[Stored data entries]
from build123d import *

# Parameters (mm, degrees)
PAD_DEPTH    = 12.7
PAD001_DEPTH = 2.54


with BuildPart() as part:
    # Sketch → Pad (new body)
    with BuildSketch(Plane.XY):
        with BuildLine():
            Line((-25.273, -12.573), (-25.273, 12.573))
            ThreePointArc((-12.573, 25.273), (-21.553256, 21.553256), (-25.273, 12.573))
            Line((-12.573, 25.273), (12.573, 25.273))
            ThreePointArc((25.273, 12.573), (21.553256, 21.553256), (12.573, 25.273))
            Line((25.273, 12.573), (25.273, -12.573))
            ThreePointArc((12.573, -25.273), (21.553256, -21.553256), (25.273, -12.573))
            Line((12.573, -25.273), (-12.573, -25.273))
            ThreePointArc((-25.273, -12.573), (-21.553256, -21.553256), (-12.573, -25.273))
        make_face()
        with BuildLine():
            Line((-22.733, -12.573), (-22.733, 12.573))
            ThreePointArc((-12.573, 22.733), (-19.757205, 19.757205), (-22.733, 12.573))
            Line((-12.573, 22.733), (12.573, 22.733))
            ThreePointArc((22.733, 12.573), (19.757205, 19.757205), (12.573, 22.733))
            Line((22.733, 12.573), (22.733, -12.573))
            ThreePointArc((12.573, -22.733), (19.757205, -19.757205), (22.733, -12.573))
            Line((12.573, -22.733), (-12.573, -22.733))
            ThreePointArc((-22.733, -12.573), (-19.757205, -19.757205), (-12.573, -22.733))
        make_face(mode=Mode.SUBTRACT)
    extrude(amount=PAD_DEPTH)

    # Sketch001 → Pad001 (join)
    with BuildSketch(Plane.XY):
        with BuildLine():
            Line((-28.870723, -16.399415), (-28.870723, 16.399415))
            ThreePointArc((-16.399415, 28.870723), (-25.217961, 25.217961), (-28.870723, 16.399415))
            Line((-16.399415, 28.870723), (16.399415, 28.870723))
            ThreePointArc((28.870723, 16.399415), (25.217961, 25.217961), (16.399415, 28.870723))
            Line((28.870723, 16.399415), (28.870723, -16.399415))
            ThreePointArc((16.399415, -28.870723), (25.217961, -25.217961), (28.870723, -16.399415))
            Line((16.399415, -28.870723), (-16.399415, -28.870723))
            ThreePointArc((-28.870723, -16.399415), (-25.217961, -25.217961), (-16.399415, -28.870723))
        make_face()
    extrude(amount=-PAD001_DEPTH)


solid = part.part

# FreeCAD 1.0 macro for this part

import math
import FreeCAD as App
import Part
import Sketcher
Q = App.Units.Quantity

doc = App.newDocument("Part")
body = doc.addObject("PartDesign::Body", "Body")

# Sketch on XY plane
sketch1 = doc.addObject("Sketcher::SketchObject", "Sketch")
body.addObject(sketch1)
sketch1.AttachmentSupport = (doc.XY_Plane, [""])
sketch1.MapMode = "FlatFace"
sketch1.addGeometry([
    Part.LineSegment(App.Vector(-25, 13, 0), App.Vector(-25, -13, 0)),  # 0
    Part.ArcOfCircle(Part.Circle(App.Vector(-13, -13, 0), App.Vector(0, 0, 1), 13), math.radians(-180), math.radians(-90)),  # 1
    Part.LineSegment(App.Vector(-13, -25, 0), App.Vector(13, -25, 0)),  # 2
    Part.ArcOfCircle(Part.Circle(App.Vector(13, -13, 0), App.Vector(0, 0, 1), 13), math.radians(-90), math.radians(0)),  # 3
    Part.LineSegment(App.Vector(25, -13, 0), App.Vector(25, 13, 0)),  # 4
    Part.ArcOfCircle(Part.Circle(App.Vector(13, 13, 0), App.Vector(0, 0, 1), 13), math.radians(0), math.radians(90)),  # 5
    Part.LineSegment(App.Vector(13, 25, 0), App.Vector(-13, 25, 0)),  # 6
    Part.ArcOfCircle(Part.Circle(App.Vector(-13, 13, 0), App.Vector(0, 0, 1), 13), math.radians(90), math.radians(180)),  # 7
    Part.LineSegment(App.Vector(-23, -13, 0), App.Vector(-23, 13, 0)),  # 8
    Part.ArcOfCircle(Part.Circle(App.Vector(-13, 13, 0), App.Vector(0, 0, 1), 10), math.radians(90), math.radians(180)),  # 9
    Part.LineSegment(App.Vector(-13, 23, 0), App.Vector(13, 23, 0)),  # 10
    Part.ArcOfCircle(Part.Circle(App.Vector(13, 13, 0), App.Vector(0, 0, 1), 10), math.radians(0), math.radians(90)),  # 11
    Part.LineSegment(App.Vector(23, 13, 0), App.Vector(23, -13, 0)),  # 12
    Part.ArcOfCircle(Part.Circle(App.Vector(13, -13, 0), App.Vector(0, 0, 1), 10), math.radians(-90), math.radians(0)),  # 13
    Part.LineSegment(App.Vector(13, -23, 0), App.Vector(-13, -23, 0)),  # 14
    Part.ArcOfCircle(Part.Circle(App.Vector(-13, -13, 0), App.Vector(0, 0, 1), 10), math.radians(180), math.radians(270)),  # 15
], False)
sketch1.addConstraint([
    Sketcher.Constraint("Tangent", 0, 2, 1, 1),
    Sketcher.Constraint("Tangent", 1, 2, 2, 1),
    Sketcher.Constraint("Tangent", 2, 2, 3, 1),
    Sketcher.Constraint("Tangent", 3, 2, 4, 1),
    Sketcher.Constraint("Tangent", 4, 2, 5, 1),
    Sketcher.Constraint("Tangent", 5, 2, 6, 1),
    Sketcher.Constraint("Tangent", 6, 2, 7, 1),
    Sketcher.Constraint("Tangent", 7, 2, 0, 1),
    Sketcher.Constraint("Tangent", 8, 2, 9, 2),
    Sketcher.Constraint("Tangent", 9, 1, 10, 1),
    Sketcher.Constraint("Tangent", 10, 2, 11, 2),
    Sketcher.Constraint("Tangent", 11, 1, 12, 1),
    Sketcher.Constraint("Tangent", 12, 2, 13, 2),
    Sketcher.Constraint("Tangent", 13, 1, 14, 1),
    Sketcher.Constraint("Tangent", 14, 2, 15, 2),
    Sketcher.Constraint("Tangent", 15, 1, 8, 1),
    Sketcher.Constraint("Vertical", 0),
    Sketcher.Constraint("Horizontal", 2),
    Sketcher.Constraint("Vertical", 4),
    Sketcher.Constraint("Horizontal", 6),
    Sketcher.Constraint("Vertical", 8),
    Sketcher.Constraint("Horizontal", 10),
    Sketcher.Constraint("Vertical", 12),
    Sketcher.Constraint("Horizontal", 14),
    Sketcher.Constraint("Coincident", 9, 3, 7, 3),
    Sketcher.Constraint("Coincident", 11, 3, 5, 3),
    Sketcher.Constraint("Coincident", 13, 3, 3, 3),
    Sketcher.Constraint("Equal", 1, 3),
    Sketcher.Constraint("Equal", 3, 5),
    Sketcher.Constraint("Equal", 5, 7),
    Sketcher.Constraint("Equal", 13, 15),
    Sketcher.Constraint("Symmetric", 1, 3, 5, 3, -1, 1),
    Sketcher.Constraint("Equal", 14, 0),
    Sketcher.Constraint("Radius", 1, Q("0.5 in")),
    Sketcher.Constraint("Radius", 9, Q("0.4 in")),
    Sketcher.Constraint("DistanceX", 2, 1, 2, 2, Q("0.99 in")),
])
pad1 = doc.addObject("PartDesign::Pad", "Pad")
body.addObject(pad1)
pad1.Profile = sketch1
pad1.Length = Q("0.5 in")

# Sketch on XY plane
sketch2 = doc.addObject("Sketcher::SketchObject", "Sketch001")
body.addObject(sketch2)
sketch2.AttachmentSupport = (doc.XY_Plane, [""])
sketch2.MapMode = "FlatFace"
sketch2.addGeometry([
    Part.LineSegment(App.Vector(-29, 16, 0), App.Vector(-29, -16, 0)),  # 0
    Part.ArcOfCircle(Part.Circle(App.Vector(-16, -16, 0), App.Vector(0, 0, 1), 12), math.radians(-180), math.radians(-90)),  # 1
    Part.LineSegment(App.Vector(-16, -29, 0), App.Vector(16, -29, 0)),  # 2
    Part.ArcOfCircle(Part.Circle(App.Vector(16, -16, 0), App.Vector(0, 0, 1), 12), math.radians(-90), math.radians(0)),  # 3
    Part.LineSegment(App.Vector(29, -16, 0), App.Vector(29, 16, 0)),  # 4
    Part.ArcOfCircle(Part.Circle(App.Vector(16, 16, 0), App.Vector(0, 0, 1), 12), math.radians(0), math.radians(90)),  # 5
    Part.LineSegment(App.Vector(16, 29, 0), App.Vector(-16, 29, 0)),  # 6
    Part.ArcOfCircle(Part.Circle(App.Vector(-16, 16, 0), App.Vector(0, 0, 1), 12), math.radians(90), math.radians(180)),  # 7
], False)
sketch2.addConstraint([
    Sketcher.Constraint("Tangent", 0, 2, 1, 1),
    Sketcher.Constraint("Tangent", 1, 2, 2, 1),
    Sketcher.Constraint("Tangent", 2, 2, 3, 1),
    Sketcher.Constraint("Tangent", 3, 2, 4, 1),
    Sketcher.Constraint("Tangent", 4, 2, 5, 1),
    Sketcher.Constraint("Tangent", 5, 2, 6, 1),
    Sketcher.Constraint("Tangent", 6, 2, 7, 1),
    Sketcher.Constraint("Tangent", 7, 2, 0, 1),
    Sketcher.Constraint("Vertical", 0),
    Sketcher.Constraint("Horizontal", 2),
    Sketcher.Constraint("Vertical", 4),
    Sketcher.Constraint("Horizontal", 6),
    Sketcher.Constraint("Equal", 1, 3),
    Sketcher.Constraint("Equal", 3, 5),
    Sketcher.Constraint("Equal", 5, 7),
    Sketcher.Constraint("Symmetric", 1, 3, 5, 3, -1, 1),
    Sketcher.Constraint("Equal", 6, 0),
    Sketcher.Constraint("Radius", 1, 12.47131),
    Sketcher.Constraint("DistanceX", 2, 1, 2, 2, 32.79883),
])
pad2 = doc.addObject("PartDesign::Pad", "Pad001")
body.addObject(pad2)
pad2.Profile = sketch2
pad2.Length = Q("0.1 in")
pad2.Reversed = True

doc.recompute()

==

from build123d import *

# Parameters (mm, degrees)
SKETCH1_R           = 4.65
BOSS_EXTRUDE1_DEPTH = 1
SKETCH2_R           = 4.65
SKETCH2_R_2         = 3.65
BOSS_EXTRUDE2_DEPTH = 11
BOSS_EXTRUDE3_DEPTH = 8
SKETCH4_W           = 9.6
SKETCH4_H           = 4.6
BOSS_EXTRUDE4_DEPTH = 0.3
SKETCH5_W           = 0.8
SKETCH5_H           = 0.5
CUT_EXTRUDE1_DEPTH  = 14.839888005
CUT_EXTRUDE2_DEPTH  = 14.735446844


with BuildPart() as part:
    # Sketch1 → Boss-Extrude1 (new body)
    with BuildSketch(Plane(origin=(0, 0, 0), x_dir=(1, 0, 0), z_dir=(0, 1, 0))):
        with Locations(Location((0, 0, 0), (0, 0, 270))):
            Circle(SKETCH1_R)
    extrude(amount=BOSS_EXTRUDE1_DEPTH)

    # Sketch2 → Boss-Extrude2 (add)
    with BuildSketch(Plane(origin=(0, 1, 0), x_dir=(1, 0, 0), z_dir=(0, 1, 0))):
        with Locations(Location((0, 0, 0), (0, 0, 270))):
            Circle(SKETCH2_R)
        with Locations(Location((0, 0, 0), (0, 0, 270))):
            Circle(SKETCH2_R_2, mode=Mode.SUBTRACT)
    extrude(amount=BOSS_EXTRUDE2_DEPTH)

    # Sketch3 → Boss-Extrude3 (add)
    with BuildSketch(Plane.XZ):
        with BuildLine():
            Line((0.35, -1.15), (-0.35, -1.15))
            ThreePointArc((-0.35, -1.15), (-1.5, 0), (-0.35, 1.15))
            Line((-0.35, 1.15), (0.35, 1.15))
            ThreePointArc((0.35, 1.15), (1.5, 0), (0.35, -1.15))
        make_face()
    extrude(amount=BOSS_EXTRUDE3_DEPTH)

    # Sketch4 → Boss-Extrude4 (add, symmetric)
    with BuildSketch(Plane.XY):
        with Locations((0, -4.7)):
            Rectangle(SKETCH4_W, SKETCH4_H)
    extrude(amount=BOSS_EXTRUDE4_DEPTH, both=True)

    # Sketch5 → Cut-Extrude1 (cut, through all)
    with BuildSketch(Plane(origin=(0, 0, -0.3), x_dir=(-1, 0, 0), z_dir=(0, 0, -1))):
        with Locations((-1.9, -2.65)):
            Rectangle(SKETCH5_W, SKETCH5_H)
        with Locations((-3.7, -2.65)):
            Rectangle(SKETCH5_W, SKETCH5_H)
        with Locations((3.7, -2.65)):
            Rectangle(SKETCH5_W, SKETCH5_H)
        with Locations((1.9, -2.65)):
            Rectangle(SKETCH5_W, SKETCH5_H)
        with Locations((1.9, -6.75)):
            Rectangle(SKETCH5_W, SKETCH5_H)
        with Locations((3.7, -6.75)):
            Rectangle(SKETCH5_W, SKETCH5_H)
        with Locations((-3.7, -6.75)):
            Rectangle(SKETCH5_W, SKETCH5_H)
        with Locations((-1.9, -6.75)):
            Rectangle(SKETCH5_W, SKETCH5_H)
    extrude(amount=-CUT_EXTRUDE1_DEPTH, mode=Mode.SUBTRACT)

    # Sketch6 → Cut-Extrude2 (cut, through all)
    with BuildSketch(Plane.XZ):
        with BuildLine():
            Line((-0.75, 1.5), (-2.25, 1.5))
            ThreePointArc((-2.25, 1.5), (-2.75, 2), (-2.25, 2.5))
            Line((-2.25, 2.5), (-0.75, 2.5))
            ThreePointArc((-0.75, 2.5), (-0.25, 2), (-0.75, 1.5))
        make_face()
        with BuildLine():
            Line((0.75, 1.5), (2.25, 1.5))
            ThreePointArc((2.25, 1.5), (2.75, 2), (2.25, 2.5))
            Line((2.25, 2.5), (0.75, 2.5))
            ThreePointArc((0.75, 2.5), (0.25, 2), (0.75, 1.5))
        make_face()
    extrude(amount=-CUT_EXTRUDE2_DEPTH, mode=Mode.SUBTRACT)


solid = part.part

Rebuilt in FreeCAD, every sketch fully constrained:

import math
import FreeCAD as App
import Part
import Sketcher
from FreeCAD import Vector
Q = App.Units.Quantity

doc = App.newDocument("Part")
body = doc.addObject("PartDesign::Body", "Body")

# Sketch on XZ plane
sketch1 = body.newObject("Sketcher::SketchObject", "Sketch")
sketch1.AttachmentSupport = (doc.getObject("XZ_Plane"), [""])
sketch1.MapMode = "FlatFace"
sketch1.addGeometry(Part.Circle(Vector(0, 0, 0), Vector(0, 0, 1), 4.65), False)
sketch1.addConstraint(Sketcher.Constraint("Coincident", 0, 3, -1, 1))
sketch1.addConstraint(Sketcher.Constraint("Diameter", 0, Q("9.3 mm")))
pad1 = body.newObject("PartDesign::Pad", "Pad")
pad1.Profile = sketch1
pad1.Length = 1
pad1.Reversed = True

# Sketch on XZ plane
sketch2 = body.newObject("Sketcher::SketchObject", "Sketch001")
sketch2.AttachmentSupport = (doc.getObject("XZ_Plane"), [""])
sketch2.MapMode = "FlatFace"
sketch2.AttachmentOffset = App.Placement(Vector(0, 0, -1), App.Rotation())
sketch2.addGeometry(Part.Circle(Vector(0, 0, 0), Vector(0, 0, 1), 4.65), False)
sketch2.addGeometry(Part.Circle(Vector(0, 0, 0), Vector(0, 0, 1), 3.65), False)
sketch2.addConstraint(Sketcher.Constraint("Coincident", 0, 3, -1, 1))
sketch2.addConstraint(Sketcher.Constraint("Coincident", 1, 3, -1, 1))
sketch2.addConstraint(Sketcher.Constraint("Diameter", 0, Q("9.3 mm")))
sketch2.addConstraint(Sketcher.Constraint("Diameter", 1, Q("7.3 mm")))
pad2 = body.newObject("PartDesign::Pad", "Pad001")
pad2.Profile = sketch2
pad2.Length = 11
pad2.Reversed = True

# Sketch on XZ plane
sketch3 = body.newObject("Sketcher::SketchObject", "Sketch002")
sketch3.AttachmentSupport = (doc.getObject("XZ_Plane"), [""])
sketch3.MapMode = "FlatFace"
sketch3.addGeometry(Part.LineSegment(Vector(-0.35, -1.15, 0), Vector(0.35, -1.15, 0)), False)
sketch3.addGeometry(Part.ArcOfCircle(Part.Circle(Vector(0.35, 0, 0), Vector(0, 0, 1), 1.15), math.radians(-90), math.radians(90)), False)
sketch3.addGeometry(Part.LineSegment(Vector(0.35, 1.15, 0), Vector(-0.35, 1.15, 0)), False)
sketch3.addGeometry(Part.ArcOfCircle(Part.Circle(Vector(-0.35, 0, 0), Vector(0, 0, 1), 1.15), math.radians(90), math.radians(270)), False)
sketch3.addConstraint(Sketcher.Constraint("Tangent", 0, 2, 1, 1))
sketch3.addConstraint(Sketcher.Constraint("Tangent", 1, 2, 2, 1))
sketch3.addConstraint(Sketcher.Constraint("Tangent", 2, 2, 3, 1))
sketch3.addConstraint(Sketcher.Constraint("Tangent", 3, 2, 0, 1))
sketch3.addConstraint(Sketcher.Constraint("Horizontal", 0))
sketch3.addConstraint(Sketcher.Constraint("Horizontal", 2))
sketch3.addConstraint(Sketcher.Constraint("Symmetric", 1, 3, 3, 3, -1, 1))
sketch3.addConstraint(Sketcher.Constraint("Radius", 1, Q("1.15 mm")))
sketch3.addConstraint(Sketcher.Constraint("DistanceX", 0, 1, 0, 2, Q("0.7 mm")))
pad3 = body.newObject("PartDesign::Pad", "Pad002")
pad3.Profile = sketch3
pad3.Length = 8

* * *

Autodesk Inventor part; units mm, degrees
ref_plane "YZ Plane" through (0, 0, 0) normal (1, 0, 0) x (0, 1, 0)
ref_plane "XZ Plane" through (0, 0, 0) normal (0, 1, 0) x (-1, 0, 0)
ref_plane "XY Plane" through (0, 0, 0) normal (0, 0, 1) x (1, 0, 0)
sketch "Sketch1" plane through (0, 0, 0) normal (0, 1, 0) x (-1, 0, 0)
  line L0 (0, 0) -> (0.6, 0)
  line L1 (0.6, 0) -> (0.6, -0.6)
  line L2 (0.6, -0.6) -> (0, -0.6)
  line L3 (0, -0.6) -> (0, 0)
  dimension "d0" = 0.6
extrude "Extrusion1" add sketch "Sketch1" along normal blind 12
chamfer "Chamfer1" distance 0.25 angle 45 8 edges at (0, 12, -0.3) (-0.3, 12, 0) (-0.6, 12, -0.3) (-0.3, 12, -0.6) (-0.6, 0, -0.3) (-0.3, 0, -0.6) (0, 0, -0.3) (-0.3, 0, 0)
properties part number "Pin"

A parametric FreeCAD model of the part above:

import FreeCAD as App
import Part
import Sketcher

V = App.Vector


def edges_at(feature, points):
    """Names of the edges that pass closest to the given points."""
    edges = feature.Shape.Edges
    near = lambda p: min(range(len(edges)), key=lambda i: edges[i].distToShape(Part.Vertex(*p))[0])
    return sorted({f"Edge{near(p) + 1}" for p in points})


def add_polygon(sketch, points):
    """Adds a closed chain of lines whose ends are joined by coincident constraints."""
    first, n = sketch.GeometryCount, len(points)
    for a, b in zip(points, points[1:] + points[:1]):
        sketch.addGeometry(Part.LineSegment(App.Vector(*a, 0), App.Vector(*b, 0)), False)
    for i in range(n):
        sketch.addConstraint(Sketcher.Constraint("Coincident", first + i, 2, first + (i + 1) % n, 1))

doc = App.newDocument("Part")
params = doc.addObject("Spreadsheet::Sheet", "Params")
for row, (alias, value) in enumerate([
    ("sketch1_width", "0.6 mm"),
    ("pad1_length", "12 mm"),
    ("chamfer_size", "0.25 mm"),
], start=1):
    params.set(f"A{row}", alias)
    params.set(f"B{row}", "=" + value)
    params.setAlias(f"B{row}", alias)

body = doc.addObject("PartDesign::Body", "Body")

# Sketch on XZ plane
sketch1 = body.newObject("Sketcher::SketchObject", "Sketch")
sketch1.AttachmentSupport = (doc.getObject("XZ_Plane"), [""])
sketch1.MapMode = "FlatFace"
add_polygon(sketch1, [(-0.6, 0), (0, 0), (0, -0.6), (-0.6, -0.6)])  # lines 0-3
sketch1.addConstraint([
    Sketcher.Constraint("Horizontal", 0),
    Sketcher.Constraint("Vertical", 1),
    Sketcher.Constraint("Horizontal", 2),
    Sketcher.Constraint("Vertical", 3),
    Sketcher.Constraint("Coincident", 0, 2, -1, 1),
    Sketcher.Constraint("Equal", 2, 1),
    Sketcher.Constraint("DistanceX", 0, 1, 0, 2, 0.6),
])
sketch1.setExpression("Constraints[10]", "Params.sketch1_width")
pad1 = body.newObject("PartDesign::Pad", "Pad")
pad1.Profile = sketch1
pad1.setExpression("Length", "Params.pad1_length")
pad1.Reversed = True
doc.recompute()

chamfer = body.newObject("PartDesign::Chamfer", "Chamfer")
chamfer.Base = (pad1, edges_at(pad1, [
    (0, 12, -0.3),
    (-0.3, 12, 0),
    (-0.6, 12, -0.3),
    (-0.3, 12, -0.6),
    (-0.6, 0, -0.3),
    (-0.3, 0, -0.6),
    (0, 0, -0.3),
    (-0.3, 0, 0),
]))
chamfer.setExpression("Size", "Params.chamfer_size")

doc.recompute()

* **About this task**
Among the entries above, the line containing "extrude(amount=BOSS_EXTRUDE1_DEPTH)", the line containing "Circle(SKETCH2_R)", and all lines between them are to be restated word for word; nothing else belongs in the reply.

* **Response area**
    extrude(amount=BOSS_EXTRUDE1_DEPTH)

    # Sketch2 → Boss-Extrude2 (add)
    with BuildSketch(Plane(origin=(0, 1, 0), x_dir=(1, 0, 0), z_dir=(0, 1, 0))):
        with Locations(Location((0, 0, 0), (0, 0, 270))):
            Circle(SKETCH2_R)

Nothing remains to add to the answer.